**Working data**
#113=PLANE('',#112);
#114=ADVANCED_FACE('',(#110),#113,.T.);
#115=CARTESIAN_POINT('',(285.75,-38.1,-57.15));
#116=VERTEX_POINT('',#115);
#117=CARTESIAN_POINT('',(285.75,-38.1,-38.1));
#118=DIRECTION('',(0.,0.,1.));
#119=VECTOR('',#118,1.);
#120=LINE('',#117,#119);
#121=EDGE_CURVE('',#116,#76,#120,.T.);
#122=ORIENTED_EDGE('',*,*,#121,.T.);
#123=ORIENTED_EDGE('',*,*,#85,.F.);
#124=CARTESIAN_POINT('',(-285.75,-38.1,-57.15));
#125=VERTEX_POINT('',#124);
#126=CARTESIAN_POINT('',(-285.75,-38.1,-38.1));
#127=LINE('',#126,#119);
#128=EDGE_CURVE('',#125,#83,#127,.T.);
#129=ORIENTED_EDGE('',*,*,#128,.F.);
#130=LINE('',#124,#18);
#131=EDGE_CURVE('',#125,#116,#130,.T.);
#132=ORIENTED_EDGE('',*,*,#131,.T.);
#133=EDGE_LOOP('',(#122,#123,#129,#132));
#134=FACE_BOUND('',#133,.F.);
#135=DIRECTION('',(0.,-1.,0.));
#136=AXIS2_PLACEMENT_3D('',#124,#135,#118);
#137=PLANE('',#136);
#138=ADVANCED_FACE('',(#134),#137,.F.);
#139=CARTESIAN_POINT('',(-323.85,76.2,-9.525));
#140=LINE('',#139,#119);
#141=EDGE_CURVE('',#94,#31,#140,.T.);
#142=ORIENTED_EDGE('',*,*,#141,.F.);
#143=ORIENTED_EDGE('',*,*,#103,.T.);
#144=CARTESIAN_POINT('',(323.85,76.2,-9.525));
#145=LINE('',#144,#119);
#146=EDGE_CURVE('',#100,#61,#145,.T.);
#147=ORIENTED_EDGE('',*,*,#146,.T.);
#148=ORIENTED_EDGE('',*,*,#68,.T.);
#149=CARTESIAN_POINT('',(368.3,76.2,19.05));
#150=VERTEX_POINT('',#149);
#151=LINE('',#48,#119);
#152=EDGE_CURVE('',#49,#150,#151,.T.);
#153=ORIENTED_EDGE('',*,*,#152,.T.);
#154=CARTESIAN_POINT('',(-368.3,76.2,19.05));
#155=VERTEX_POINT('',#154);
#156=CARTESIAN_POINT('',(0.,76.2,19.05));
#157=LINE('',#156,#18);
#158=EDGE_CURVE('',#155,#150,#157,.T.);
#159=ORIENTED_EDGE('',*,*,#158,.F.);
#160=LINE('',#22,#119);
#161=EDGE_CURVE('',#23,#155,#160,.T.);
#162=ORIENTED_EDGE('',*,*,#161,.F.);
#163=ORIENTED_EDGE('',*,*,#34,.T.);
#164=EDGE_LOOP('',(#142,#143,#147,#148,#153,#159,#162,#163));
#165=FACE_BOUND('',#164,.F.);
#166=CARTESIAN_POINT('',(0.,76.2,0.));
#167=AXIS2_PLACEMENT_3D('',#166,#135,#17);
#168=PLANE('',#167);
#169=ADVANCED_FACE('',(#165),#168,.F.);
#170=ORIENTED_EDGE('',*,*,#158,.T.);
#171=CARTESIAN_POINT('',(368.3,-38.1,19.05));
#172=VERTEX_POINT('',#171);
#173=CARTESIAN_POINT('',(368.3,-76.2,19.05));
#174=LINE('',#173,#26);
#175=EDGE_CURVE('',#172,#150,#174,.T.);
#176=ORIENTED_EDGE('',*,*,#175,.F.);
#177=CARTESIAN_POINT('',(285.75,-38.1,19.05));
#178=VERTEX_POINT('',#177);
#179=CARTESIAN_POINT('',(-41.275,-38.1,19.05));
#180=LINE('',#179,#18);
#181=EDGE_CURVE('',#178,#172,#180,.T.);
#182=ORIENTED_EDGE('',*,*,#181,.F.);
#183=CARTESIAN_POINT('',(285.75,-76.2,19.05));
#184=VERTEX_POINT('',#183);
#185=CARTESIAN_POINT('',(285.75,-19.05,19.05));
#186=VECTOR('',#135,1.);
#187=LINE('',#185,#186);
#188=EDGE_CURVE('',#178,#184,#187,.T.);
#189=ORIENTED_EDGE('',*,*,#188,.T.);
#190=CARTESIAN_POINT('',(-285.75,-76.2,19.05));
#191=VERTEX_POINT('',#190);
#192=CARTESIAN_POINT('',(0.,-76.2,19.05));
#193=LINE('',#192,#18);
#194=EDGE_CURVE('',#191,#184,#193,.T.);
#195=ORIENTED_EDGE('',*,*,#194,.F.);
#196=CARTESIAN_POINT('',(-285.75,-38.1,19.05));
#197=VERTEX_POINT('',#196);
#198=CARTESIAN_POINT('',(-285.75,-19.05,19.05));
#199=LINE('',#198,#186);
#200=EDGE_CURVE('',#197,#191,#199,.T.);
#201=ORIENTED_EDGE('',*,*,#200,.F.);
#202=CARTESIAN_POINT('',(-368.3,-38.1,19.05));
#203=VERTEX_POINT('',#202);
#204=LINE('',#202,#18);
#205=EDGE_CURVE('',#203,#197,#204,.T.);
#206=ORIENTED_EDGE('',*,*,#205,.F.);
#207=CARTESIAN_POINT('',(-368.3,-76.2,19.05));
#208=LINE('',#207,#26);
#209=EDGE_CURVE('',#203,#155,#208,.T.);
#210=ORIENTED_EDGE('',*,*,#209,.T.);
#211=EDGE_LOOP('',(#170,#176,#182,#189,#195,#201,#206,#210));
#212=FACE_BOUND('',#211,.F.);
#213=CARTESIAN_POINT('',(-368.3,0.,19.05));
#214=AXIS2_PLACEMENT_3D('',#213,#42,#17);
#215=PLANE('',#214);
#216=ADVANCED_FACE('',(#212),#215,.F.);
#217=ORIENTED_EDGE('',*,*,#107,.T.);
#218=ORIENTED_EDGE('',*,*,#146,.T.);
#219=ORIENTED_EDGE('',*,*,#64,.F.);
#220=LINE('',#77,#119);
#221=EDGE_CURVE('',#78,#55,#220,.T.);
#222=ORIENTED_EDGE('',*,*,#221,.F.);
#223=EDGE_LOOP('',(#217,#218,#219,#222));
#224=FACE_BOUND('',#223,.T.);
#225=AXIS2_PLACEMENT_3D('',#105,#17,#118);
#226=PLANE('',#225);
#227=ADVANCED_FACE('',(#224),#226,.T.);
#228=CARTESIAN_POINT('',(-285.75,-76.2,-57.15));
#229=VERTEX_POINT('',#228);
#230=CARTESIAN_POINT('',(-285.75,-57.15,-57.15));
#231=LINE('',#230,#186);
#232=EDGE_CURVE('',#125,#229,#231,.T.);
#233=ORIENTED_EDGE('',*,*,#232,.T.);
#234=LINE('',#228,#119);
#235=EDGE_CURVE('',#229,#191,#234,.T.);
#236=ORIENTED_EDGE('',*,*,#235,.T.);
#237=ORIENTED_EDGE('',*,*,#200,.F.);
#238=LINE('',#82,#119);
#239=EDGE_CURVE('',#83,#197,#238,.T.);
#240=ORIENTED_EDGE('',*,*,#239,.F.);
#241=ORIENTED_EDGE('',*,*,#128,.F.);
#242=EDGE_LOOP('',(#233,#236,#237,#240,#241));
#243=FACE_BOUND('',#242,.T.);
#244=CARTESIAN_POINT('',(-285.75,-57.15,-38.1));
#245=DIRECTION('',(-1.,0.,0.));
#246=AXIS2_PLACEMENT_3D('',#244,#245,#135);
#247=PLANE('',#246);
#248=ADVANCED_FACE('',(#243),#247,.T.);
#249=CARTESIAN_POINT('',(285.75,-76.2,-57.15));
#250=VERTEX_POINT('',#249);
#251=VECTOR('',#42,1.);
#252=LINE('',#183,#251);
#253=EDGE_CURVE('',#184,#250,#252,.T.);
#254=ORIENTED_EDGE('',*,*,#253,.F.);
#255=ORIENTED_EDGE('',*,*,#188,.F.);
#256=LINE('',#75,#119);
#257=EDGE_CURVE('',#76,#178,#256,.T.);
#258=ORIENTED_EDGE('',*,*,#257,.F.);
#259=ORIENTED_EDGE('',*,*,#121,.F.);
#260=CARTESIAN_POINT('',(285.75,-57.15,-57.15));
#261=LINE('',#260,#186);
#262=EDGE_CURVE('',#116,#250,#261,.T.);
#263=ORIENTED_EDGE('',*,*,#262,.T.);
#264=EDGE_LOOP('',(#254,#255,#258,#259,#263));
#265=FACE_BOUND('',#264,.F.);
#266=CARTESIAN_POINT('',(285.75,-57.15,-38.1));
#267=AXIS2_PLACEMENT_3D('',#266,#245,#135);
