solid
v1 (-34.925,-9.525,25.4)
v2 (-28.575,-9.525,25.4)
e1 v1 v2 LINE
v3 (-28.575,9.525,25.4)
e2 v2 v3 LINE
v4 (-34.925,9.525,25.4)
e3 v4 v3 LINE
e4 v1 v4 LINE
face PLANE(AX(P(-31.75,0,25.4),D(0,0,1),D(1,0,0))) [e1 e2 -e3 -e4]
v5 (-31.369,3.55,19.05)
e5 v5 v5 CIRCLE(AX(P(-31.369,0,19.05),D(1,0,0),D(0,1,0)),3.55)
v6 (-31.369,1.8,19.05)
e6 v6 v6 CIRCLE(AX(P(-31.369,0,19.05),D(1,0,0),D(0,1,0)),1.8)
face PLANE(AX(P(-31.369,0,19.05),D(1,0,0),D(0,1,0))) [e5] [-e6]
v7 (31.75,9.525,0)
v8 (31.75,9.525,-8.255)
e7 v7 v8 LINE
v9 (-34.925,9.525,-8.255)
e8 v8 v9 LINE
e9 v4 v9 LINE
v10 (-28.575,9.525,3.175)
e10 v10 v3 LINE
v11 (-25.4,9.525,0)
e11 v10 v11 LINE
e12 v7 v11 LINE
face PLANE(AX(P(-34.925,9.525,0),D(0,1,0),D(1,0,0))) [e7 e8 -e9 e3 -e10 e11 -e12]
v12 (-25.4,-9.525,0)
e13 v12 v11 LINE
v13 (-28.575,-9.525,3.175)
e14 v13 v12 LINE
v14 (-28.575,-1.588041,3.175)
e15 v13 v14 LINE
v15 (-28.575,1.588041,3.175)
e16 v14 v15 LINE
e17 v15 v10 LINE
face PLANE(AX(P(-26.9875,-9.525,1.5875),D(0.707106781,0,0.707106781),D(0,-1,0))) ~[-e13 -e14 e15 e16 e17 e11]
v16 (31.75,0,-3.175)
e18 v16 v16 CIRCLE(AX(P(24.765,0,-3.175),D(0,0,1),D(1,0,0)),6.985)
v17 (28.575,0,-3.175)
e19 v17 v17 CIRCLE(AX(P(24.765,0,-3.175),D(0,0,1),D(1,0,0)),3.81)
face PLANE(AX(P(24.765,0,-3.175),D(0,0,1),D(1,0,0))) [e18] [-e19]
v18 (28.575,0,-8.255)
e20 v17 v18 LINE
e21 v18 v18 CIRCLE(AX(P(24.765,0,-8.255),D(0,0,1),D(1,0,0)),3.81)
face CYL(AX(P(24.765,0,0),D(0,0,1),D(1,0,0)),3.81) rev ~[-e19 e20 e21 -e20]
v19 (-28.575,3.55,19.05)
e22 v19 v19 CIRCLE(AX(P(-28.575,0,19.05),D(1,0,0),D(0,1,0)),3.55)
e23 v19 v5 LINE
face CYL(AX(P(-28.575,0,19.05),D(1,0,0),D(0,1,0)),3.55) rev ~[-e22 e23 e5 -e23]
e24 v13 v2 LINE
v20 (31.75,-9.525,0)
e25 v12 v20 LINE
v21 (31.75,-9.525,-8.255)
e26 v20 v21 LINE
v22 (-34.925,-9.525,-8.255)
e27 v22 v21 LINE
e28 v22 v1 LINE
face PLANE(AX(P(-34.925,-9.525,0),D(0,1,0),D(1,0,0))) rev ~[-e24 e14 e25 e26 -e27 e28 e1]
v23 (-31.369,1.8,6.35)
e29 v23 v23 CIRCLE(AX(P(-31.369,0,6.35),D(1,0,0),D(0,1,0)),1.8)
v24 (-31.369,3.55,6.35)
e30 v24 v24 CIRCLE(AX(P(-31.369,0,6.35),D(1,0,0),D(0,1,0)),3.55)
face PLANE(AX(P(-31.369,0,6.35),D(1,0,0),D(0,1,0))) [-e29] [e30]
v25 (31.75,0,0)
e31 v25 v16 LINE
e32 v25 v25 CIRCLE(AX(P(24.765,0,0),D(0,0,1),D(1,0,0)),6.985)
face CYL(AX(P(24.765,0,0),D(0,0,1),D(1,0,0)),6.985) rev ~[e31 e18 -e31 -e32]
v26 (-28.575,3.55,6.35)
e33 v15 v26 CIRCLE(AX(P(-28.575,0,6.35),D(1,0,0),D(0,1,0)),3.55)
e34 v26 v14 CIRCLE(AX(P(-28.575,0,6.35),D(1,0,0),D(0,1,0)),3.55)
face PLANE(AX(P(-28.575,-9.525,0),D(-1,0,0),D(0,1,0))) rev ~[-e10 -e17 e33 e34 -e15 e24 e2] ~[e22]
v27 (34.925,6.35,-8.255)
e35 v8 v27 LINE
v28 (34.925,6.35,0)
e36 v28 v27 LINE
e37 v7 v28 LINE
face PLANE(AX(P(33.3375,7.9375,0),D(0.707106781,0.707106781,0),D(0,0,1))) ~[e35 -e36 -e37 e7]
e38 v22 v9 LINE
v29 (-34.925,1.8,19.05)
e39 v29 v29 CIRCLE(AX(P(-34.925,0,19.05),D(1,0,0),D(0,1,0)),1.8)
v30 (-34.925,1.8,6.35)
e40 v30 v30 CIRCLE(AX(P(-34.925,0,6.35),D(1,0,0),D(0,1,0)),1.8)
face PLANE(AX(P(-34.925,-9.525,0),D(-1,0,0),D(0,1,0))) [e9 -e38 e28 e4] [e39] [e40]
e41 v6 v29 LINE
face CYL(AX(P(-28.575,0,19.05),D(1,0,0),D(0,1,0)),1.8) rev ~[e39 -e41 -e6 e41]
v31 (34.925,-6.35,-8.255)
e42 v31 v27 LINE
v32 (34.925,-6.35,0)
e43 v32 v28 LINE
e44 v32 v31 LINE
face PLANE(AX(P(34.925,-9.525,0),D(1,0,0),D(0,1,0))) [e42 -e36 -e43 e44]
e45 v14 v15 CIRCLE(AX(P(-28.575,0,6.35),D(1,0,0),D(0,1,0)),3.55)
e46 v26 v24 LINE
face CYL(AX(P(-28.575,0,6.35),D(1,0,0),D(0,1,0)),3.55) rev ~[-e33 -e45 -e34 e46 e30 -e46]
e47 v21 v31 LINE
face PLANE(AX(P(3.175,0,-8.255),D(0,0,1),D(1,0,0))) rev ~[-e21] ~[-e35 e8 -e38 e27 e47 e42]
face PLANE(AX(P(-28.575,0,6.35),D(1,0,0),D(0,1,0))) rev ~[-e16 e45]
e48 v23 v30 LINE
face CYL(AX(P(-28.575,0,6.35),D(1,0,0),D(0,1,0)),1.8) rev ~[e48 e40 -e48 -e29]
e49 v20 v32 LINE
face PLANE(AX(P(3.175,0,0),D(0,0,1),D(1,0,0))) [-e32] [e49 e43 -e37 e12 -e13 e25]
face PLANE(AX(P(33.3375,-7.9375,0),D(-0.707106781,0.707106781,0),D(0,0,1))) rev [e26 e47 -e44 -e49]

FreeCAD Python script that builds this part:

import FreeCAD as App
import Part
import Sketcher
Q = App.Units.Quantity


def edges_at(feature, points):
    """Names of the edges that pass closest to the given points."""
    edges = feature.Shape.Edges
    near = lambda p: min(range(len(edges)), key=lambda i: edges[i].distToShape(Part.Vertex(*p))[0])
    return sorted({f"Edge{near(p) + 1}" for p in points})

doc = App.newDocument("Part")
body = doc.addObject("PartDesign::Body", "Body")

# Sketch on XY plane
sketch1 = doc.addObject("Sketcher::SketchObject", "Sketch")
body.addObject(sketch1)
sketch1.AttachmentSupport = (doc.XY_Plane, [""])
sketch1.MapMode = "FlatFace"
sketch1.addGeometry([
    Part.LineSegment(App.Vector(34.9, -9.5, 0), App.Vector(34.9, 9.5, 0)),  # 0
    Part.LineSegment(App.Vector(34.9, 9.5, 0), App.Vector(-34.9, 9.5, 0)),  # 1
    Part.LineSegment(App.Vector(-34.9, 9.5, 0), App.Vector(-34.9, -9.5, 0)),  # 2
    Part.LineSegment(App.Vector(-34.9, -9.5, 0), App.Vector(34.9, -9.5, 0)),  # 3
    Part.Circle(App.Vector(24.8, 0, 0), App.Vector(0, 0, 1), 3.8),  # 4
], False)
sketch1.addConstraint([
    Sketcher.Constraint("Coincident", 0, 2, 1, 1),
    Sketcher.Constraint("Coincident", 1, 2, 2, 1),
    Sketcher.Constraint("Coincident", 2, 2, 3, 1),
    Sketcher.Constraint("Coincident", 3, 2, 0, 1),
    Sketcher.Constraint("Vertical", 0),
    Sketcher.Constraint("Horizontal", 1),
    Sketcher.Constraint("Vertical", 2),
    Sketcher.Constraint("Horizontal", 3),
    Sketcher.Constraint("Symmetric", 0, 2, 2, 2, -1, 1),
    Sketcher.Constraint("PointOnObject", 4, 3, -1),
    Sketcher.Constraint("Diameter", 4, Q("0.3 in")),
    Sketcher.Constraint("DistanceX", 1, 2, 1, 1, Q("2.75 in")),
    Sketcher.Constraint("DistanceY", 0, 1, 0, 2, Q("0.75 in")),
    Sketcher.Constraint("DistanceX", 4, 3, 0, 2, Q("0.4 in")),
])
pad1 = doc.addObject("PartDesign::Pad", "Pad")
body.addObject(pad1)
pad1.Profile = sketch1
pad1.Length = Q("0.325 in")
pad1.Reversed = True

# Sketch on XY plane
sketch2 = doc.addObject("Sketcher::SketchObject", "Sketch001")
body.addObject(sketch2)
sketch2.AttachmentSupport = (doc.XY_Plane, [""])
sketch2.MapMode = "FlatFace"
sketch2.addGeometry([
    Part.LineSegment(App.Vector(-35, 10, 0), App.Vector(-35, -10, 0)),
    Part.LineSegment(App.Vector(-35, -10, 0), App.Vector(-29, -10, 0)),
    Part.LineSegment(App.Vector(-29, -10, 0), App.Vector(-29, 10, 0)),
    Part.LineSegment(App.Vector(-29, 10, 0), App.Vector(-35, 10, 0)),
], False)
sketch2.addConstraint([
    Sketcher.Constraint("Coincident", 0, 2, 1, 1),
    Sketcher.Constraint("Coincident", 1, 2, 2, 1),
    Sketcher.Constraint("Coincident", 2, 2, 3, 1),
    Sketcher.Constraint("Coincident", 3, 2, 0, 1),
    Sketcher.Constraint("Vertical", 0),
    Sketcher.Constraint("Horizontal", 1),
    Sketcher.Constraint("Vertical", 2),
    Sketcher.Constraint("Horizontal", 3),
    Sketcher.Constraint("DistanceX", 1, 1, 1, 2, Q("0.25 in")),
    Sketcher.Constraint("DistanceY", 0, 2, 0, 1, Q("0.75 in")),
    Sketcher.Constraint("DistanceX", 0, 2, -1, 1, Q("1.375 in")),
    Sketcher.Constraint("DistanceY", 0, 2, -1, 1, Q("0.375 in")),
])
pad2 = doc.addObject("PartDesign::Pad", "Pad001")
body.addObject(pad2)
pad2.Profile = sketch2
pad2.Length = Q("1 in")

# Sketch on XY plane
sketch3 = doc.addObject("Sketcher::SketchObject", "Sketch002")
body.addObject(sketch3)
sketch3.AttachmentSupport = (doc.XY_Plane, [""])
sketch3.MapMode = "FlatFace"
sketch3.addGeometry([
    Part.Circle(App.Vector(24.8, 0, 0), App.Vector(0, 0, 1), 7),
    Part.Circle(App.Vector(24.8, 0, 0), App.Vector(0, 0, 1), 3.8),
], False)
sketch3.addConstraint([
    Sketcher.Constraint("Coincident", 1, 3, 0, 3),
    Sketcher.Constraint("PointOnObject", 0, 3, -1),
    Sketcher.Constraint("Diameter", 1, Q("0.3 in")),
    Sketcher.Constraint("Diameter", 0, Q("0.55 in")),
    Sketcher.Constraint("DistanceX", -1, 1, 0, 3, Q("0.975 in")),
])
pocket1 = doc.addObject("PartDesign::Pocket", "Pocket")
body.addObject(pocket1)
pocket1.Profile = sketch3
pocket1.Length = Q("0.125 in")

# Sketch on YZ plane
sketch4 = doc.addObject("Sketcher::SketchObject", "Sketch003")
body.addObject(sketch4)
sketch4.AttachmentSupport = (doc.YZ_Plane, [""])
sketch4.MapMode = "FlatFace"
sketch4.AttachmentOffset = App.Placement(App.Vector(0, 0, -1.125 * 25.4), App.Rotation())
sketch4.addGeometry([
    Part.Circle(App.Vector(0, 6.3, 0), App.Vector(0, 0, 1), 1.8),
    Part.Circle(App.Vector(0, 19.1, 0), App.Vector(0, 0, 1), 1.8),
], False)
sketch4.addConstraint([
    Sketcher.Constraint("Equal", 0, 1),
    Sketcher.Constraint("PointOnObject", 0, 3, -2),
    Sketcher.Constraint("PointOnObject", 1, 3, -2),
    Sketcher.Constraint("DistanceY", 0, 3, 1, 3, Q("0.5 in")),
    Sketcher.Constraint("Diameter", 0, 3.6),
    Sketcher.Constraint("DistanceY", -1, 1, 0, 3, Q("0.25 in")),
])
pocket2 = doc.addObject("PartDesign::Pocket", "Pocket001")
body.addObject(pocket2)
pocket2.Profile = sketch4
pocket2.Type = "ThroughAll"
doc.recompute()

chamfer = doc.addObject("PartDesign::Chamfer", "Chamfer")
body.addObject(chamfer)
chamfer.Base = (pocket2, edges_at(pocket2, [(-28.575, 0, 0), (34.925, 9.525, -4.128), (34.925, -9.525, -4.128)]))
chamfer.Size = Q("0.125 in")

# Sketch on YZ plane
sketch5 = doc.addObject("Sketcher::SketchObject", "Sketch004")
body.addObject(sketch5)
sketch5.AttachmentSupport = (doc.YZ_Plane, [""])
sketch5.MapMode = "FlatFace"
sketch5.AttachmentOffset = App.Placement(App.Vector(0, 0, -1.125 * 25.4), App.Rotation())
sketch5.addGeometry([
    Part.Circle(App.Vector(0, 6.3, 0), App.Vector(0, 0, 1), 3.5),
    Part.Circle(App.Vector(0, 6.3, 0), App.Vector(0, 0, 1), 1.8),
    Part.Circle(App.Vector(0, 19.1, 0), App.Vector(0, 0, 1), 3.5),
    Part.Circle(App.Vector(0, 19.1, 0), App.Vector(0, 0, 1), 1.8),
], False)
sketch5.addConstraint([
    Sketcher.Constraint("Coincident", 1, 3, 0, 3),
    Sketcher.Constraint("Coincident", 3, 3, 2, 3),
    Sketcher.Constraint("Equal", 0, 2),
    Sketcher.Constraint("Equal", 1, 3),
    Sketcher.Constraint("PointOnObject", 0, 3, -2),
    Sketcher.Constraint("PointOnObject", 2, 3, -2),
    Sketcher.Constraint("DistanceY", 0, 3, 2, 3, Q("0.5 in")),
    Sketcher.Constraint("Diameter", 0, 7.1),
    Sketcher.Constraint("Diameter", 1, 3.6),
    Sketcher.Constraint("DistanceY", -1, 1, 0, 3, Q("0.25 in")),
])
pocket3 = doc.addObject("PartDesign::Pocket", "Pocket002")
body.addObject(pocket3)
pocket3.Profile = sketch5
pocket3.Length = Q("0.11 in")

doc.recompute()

**What is expected**
Which lines above run from the one containing "#120=LINE('',#117,#119);" to the one containing "#130=LINE('',#124,#18);"? Give them again exactly, both ends included.

**Final answer**
#120=LINE('',#117,#119);
#121=EDGE_CURVE('',#116,#76,#120,.T.);
#122=ORIENTED_EDGE('',*,*,#121,.T.);
#123=ORIENTED_EDGE('',*,*,#85,.F.);
#124=CARTESIAN_POINT('',(-285.75,-38.1,-57.15));
#125=VERTEX_POINT('',#124);
#126=CARTESIAN_POINT('',(-285.75,-38.1,-38.1));
#127=LINE('',#126,#119);
#128=EDGE_CURVE('',#125,#83,#127,.T.);
#129=ORIENTED_EDGE('',*,*,#128,.F.);
#130=LINE('',#124,#18);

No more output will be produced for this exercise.